Thermal Correlation Functions of KdV Charges in 2D CFT
Alexander Maloney, Gim Seng Ng, Simon F. Ross, Ioannis Tsiares
TL;DR
The paper derives that thermal correlation functions of quantum KdV charges in 2D CFTs are governed by quasi-modular differential operators acting on torus partition functions, with one-point functions transforming as modular forms and higher-point functions acquiring E2-dependent quasi-modularity. It develops two systematic evaluation routes—direct Virasoro commutator cycling and Zhu’s recursion relations—to obtain explicit differential operator forms for various n-point functions and validates them against minimal-model constraints, including vanishing results in (2n+3,2) models via null states and integrability. It also applies these results to extract exact moments of KdV charges at fixed level, showing that distributions become sharply peaked as level grows, and discusses implications for the generalized Gibbs ensemble and ETH in 2D CFTs. Collectively, the work provides a finite-c, finite-temperature framework for KdV charges, clarifies its modular structure, and connects to minimal-model integrability and statistical properties of conserved charges.
Abstract
Two dimensional CFTs have an infinite set of commuting conserved charges, known as the quantum KdV charges, built out of the stress tensor. We compute the thermal correlation functions of the these KdV charges on a circle. We show that these correlation functions are given by quasi-modular differential operators acting on the torus partition function.
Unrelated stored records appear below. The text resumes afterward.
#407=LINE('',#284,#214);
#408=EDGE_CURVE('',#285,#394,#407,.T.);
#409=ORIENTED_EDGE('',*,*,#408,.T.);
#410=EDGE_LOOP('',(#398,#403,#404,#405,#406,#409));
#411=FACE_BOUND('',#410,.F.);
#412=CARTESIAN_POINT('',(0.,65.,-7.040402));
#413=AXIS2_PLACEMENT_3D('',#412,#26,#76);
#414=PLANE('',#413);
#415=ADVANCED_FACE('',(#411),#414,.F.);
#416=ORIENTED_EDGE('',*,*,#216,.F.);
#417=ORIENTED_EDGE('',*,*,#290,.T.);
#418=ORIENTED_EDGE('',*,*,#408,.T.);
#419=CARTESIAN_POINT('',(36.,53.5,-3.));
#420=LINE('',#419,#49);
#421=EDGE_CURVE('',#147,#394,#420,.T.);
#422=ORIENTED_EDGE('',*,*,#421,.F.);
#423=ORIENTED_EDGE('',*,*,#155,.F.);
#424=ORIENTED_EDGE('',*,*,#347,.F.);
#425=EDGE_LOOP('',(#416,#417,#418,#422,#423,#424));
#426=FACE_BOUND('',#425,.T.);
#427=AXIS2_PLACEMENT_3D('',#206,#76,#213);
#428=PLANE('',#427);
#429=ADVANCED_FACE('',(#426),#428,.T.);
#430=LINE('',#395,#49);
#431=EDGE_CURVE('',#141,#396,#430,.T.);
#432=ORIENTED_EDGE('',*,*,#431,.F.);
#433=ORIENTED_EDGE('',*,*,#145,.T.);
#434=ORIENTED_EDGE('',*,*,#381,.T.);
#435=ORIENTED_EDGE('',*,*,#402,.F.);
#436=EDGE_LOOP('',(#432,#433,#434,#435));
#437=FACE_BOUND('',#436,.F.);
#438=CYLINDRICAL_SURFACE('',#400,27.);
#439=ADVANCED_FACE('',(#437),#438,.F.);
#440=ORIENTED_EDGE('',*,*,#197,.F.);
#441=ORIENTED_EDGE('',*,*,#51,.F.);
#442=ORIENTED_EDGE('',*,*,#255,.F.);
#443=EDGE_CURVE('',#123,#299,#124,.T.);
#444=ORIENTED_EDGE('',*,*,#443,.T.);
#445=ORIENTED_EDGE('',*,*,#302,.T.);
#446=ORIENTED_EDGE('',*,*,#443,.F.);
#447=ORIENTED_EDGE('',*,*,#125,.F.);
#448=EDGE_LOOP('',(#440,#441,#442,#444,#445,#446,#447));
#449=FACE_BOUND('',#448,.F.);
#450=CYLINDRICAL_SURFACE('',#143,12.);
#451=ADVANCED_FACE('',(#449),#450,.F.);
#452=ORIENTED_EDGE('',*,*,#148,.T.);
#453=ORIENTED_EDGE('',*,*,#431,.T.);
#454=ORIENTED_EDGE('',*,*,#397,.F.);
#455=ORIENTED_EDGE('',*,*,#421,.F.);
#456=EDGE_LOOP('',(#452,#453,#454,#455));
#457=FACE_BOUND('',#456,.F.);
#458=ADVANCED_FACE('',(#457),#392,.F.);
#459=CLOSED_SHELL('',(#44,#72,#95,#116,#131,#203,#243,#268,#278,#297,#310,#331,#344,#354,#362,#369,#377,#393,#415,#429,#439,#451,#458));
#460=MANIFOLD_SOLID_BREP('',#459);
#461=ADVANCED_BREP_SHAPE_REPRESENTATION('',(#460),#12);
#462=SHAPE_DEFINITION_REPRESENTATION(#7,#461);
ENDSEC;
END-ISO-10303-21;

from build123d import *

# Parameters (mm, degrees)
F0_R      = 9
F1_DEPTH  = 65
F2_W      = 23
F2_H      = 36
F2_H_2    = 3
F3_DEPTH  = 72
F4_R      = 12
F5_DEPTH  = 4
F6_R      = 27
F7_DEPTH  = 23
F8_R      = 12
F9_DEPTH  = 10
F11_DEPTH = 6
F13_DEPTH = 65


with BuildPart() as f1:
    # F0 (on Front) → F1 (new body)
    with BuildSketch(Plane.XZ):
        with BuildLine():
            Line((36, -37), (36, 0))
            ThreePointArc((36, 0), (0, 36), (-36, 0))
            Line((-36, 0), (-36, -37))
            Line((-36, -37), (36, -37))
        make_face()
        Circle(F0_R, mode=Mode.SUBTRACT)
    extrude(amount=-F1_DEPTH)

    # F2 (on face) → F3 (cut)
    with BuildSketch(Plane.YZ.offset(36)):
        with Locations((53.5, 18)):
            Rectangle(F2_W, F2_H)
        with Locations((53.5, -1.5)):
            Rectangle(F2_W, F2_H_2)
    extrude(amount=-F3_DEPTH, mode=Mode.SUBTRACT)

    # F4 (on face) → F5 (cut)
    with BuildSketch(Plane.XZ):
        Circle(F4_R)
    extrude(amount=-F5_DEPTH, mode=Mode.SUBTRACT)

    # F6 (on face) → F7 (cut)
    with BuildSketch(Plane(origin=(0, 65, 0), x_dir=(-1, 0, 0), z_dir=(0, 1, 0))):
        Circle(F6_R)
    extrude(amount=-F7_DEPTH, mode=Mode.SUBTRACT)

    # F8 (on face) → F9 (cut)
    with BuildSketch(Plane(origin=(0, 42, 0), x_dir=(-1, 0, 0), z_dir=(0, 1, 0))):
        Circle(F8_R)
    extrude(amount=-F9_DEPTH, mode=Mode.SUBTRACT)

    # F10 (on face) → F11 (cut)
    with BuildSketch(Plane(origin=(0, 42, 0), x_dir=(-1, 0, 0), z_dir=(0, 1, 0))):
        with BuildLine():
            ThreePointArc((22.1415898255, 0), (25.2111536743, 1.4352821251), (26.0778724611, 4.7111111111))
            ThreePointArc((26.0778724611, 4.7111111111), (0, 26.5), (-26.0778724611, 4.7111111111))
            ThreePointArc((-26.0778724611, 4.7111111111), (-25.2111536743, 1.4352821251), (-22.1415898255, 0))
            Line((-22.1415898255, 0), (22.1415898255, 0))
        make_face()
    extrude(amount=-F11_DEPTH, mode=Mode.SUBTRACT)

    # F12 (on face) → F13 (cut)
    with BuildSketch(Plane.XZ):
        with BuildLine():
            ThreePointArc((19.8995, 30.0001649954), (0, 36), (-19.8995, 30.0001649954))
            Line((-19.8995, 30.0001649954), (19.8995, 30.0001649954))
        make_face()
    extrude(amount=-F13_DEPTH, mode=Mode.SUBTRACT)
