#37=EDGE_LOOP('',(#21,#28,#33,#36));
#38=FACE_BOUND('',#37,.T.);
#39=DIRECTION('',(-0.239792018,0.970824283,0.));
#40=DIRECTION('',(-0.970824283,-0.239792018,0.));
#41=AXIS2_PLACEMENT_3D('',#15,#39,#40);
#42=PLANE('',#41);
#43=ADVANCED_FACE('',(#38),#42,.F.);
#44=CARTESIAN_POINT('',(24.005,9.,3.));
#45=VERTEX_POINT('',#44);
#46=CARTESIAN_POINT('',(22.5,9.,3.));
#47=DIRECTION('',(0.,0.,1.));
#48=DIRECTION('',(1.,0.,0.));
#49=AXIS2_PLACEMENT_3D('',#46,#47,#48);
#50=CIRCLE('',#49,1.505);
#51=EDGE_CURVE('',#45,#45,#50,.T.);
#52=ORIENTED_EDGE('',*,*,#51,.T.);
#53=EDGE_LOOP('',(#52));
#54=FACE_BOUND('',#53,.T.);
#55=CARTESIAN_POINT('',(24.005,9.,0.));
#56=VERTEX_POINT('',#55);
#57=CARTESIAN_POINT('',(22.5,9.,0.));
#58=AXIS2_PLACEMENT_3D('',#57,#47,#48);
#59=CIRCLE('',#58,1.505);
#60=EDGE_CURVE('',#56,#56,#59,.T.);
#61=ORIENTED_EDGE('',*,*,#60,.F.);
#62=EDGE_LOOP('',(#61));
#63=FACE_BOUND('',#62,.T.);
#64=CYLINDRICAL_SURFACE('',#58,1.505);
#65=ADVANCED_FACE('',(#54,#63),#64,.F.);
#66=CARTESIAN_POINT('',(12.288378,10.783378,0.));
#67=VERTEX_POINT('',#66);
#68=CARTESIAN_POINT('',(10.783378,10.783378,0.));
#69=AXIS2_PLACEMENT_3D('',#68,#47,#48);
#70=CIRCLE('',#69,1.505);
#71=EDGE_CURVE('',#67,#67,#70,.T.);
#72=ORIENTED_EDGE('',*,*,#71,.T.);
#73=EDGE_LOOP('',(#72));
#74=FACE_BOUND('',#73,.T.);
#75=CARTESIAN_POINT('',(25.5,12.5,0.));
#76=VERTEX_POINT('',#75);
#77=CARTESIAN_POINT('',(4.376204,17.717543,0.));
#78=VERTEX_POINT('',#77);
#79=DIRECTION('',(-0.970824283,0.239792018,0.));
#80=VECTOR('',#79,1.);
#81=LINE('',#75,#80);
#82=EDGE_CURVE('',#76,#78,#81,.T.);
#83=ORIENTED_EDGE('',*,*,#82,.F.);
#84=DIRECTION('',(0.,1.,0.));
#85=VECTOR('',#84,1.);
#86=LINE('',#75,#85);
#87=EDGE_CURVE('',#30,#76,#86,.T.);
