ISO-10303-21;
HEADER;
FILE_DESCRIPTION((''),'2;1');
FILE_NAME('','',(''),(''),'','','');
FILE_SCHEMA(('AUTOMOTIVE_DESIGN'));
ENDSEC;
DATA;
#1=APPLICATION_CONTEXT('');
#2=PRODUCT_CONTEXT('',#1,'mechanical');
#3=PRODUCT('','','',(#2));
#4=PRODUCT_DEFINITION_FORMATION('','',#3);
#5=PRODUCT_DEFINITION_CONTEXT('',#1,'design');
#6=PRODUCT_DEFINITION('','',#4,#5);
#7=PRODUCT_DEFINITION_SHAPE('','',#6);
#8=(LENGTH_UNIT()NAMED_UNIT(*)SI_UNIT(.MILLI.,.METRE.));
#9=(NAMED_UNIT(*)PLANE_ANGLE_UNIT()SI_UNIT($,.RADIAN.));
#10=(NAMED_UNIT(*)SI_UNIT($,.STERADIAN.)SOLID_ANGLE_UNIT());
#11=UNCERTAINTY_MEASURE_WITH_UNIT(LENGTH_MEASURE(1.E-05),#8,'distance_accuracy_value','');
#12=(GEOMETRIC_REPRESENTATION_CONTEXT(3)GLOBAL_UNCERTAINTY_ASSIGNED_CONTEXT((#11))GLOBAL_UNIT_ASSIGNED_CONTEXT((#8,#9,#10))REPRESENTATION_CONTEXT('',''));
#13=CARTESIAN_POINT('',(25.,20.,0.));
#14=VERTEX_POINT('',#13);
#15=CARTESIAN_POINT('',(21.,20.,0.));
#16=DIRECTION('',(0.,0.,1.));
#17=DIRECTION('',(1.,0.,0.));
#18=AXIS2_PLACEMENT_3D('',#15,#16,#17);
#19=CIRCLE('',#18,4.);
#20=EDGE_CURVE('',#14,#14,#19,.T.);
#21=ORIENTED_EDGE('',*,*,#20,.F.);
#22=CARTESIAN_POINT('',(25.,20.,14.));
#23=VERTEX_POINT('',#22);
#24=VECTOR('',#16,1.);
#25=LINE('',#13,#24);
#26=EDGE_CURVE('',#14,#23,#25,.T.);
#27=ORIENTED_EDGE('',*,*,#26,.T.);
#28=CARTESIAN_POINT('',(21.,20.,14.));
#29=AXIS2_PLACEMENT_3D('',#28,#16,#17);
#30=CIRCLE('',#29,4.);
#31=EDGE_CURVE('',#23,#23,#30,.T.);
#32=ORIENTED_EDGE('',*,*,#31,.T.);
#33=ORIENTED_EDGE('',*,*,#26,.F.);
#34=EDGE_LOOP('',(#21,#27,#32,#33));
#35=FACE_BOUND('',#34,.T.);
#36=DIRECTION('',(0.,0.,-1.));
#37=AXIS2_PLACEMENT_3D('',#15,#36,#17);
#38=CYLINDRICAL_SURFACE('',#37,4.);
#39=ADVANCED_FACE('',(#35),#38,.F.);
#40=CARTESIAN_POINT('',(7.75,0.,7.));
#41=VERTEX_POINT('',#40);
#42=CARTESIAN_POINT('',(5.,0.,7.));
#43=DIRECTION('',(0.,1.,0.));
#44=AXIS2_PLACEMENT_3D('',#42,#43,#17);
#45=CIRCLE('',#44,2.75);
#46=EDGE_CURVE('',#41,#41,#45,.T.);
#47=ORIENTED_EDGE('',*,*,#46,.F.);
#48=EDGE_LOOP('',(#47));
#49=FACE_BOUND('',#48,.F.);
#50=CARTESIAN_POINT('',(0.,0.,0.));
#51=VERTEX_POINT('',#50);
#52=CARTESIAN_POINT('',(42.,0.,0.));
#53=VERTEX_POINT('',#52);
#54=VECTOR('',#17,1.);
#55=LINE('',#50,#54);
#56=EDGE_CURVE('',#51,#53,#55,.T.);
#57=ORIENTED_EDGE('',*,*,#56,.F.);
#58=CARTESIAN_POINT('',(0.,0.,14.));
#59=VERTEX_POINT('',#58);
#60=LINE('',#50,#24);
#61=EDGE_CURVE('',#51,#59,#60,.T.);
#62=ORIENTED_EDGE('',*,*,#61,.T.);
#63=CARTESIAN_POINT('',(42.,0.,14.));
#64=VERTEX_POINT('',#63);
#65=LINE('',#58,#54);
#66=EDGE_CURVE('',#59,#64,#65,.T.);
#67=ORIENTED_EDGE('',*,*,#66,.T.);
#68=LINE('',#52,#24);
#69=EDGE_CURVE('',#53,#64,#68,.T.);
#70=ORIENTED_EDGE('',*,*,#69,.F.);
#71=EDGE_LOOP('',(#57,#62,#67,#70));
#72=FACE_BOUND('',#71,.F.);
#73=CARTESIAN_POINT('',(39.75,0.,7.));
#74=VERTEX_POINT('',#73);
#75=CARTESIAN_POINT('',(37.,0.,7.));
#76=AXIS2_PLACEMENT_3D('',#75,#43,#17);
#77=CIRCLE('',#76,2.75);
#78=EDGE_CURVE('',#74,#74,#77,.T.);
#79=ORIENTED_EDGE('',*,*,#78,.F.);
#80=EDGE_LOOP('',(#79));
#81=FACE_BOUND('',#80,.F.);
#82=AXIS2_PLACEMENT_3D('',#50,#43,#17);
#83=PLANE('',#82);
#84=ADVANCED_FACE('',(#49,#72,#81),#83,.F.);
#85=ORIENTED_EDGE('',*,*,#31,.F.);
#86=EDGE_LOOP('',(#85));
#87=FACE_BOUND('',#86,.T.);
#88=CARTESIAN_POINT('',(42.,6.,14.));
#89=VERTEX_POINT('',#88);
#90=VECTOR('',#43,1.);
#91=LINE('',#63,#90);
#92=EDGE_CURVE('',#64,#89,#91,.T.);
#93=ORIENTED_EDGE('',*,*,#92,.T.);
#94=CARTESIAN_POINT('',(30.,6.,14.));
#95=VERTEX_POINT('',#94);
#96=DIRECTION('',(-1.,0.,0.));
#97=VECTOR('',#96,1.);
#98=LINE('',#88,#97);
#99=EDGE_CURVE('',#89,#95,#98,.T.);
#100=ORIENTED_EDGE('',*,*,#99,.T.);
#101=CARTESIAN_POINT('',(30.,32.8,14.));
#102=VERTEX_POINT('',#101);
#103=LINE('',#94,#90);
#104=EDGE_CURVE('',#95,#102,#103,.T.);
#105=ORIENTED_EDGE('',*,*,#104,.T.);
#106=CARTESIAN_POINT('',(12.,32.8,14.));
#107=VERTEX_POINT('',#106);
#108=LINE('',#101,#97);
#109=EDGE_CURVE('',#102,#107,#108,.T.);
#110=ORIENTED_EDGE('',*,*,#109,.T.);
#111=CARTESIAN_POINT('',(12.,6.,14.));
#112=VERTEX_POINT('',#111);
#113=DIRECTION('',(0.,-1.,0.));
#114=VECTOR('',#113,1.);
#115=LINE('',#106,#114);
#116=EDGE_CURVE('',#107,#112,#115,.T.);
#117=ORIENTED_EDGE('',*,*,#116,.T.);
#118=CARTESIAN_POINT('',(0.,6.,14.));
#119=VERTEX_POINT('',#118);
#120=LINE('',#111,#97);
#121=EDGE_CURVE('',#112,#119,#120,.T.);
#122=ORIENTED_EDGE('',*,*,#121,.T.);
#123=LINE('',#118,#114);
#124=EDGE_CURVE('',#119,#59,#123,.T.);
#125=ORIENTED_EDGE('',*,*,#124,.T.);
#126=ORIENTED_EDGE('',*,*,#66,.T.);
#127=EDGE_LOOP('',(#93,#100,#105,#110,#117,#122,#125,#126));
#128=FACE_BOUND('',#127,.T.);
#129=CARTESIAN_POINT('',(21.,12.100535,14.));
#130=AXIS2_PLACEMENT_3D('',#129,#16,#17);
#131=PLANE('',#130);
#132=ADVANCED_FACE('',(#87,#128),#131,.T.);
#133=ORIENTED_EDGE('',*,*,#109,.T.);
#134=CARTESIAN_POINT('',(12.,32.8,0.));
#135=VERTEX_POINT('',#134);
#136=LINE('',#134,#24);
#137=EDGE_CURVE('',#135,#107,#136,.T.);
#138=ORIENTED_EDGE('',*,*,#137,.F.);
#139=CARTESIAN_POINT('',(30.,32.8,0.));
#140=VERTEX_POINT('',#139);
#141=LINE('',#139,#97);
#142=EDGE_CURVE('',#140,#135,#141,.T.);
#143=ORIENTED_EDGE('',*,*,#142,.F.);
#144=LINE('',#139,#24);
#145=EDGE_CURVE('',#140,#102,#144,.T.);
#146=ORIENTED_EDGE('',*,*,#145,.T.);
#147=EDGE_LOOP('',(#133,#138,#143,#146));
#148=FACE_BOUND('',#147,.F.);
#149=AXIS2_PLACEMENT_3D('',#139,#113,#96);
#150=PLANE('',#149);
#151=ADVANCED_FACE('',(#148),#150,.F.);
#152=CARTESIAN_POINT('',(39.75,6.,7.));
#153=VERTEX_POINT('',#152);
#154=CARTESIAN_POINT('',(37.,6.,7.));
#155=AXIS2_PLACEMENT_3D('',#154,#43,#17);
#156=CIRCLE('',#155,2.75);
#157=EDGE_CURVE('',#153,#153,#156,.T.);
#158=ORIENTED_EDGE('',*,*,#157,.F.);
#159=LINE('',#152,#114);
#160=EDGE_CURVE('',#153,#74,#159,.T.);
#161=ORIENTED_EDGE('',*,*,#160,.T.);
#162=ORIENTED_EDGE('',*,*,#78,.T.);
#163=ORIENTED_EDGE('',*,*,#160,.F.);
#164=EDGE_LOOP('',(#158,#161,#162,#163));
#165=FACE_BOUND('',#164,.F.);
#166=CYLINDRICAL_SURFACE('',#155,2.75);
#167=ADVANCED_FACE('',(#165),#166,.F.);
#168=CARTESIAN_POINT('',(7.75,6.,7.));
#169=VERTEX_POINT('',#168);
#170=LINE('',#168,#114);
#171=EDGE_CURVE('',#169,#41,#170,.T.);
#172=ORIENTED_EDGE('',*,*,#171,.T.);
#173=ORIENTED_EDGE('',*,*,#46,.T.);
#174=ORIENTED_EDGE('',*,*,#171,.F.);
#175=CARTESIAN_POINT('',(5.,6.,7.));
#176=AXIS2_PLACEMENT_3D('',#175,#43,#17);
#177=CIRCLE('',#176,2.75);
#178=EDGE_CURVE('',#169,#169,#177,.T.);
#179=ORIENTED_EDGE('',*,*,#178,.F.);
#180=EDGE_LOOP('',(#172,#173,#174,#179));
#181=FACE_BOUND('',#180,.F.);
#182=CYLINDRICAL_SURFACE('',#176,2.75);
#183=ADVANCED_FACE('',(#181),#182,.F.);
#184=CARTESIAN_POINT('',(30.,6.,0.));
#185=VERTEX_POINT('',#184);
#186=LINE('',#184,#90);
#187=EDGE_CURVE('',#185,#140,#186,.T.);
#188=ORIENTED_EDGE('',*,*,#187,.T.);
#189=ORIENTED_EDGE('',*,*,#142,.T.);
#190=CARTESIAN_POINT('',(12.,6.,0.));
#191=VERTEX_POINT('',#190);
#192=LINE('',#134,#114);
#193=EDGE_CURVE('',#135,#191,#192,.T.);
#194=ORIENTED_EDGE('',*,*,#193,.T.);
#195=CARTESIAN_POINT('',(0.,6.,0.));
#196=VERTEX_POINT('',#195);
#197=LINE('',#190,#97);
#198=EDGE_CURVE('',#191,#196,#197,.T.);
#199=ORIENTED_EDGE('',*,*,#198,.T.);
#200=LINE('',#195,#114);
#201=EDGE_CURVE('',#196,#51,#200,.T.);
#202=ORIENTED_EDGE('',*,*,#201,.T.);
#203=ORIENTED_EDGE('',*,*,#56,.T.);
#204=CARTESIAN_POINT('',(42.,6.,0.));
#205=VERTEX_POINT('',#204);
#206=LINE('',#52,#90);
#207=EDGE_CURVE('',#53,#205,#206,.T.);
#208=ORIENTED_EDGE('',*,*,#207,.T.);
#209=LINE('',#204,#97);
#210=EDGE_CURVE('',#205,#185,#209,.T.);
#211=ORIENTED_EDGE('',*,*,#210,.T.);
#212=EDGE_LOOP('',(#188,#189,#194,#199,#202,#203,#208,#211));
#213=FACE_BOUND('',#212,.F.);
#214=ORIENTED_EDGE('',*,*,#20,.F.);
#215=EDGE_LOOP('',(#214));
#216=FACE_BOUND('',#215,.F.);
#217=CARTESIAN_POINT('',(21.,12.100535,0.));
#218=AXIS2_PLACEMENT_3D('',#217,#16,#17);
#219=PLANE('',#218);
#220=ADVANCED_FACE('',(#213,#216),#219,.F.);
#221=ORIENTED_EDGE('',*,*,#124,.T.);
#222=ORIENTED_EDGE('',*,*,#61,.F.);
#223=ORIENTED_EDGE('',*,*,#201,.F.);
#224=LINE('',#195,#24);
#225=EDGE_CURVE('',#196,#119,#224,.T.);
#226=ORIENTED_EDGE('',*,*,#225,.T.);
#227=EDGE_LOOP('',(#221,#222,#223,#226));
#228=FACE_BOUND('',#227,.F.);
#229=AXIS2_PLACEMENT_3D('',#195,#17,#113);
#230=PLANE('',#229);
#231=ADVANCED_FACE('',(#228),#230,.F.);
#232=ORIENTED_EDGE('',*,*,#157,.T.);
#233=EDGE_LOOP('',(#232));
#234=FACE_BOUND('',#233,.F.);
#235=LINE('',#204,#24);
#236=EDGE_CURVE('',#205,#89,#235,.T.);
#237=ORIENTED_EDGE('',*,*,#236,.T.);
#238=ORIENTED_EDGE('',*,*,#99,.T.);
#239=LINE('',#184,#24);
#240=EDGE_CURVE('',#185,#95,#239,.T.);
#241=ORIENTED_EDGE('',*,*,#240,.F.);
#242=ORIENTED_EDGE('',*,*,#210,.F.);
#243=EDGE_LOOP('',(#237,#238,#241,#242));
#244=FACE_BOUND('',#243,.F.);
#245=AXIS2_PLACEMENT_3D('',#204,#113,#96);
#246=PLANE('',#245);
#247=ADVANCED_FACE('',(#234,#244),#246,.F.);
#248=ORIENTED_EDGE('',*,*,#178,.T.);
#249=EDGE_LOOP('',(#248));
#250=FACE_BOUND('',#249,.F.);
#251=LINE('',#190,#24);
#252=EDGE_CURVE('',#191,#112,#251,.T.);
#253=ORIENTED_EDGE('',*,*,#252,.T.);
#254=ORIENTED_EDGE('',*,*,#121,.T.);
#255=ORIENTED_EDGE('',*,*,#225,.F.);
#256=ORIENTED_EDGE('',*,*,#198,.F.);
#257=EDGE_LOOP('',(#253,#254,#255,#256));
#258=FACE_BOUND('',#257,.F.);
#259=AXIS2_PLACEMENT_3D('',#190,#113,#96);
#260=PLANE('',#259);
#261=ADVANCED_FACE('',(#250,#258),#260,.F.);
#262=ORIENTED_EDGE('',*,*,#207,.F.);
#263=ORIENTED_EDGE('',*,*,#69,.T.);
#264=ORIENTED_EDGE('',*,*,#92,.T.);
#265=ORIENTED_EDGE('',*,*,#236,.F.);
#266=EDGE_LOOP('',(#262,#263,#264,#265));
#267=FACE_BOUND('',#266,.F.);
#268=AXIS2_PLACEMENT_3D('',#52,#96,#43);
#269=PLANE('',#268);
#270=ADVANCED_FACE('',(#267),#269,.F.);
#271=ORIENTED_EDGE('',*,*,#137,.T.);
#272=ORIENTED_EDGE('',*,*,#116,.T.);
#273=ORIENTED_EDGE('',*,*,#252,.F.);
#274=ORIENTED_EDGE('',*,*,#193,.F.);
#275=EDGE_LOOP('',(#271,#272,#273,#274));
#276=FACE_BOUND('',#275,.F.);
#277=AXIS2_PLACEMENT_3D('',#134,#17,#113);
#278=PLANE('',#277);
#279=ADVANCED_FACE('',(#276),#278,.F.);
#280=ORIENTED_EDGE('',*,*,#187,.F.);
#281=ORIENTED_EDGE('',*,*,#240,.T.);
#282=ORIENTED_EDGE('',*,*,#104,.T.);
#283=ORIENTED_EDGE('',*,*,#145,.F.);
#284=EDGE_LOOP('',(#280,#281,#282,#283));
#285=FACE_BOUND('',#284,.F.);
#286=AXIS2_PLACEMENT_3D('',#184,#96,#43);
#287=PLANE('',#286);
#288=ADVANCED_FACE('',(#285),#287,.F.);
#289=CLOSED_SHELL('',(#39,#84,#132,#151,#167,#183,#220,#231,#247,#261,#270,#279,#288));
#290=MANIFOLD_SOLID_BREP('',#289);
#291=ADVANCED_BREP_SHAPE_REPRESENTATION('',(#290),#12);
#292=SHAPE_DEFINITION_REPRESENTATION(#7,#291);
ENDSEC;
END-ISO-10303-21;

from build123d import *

# Parameters (mm, degrees)
SKETCH1_R           = 4
BOSS_EXTRUDE1_DEPTH = 14
SKETCH2_R           = 2.75
CUT_EXTRUDE1_DEPTH  = 7


with BuildPart() as part:
    # Sketch1 → Boss-Extrude1 (new body)
    with BuildSketch(Plane.XY):
        Polygon((0, 0), (42, 0), (42, 6), (30, 6), (30, 32.8), (12, 32.8), (12, 6), (0, 6), align=None)
        with Locations((21, 20)):
            Circle(SKETCH1_R, mode=Mode.SUBTRACT)
    extrude(amount=BOSS_EXTRUDE1_DEPTH)

    # Sketch2 → Cut-Extrude1 (cut, through all)
    with BuildSketch(Plane(origin=(0, 6, 0), x_dir=(1, 0, 0), z_dir=(0, 1, 0))):
        with Locations((5, -7)):
            Circle(SKETCH2_R)
        with Locations((37, -7)):
            Circle(SKETCH2_R)
    extrude(amount=-CUT_EXTRUDE1_DEPTH, mode=Mode.SUBTRACT)


solid = part.part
We determine their modular transformation properties, give explicit expressions in a number of cases, and give a general form which determines an arbitrary correlation function up to a finite number of functions of the central charge. We show that these modular differential operators annihilate the characters of the (2m+1,2) family of non-unitary minimal models. We also show that the distribution of KdV charges becomes sharply peaked at large level.